10 No Man’s Land Ernst Toller, I Was a German (1933) One night we heard a cry, the cry of one in excruciating pain; then all was quiet again. Someone in his death agony, we thought. But an hour later the cry came again. It never ceased the whole night. Nor the following night. Naked and inarticulate the cry persisted. We could not tell whether it came from the throat of German or Frenchman. It existed in its own right, an agonized indictment of heaven and earth. We thrust our fingers into our ears to stop its moan; but it was no good; the cry cut like a drill into our heads, dragging minutes into hours, hours into years. We withered and grew old between those cries. Later we learned that it was one of our own men hanging on the wire. Nobody could do anything for him; two men had already tried to save him, only to be shot themselves. We prayed desperately for his death. He took so long about it, and if he went on much longer we should go mad. But on the third day his cries were stopped by death.

11 Waterlogged Trenches Private Livesay, letter to parents living in East Grinstead (6th March, 1915) Our trenches are... ankle deep mud. In some places trenches are waist deep in water. Time is spent digging, filling sandbags, building up parapets, fetching stores, etc. One does not have time to be weary. In September, 1914, the German commander, General Erich von Falkenhayn ordered his men to dig trenches that would provide them with protection from the advancing French and British troops. As the Allies soon realised that they could not break through this line, they also began to dig trenches.
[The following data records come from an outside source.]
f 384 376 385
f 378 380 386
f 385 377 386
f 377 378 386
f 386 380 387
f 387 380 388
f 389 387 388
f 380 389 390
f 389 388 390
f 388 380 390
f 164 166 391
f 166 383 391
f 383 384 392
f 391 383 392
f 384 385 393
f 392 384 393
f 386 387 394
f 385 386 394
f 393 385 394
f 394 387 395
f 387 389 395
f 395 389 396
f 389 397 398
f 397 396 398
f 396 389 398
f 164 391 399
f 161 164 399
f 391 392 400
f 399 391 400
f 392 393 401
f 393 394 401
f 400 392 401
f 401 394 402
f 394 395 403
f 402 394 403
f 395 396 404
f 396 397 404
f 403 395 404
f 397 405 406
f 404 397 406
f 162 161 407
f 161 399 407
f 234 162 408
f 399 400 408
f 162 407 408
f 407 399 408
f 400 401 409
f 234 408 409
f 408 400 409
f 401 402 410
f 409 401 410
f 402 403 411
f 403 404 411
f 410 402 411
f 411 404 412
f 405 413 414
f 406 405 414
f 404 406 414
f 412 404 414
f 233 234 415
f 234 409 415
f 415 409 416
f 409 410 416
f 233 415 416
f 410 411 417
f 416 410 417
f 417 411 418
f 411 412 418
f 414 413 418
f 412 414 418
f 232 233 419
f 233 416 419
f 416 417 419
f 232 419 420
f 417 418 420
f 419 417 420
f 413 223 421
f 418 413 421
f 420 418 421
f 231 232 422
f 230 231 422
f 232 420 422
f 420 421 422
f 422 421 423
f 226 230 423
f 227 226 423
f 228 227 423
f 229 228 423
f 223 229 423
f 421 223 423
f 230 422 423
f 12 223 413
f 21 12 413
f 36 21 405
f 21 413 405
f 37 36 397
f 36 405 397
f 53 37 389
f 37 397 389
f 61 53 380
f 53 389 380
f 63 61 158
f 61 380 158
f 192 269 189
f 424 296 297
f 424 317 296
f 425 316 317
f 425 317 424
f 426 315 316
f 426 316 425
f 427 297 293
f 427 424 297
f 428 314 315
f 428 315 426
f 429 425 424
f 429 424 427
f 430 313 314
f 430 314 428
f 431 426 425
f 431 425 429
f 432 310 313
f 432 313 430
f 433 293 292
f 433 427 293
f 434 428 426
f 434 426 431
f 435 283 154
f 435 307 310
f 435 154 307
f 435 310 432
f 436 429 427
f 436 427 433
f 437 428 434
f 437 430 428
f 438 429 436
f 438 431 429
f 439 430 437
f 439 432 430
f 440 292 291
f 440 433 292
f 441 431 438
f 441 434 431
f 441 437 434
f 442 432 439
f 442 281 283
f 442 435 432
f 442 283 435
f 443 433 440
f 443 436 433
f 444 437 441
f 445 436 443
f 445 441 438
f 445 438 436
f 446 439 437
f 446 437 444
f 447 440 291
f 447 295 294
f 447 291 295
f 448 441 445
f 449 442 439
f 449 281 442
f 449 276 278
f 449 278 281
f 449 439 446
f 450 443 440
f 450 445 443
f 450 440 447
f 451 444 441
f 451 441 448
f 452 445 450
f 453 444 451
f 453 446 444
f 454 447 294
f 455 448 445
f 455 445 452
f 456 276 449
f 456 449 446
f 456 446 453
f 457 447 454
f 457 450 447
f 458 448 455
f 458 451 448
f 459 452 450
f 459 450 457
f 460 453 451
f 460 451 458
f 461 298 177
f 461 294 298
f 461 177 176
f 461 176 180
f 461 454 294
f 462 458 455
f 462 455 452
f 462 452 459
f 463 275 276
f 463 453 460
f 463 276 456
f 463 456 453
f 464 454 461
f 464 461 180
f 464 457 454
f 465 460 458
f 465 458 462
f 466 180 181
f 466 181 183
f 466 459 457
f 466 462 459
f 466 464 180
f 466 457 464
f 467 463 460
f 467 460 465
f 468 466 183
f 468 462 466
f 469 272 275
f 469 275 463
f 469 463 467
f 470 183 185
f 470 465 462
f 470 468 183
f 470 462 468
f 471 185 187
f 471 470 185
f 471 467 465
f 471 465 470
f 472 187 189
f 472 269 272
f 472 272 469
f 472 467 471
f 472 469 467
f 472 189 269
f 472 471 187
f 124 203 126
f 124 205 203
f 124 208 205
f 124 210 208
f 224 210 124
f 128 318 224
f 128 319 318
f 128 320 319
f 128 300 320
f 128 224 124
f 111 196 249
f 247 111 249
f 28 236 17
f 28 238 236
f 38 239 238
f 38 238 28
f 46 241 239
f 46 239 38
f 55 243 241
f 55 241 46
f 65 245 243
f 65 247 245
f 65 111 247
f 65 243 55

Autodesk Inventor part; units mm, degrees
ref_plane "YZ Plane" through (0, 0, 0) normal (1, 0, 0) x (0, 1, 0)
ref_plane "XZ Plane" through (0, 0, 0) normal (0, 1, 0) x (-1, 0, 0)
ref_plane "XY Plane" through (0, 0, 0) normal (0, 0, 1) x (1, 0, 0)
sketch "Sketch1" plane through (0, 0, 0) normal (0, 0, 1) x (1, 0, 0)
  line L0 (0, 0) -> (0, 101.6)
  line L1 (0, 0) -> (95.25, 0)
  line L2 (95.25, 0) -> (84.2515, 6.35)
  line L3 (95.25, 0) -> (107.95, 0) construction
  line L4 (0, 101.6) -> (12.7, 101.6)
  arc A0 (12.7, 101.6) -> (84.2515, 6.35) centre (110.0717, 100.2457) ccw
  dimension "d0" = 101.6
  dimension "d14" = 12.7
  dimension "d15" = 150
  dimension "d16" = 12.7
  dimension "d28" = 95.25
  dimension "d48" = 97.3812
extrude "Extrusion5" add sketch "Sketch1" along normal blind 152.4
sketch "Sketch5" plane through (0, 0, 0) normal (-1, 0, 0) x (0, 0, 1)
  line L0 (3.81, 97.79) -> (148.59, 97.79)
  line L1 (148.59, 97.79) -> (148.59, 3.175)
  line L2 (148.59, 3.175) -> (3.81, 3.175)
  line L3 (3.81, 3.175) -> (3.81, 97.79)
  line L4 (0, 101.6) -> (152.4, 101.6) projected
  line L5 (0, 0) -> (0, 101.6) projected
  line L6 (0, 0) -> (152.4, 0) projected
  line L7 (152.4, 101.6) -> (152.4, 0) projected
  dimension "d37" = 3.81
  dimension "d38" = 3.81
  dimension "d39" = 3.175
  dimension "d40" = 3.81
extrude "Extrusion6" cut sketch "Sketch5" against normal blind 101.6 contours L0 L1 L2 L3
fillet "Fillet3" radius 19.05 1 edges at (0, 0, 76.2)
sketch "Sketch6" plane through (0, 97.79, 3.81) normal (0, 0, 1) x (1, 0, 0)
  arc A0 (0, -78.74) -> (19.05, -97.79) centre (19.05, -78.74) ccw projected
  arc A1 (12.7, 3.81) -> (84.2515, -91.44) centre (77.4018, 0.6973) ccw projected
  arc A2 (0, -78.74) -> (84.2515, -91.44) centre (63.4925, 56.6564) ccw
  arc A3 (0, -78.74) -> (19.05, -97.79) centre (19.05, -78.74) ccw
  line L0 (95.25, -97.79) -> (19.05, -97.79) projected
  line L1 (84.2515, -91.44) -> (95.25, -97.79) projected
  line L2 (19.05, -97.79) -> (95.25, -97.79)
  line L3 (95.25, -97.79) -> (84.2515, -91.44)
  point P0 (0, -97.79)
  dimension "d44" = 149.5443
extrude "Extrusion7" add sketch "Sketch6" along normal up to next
As the Germans were the first to decide where to stand fast and dig, they had been able to choose the best places to build their trenches. The possession of the higher ground not only gave the Germans a tactical advantage, but it also forced the British to live in the worst conditions. Most of this area was rarely a few feet above sea level. As soon as soldiers began to dig down they would invariably find water two or three feet below the surface. Along the whole line, trench life involved a never-ending struggle against water and mud. Duck-boards were placed at the bottom of the trenches to protect soldiers from problems such as trench foot. Much of the land where the trenches were dug was either clay or sand. The water could not pass through the clay and because the sand was on top, the trenches became waterlogged when it rained. The trenches were hard to dig and kept on collapsing in the waterlogged sand. As well as trenches the shells from the guns and bombs made big craters in the ground. The rain filled up the craters and then poured into the trenches.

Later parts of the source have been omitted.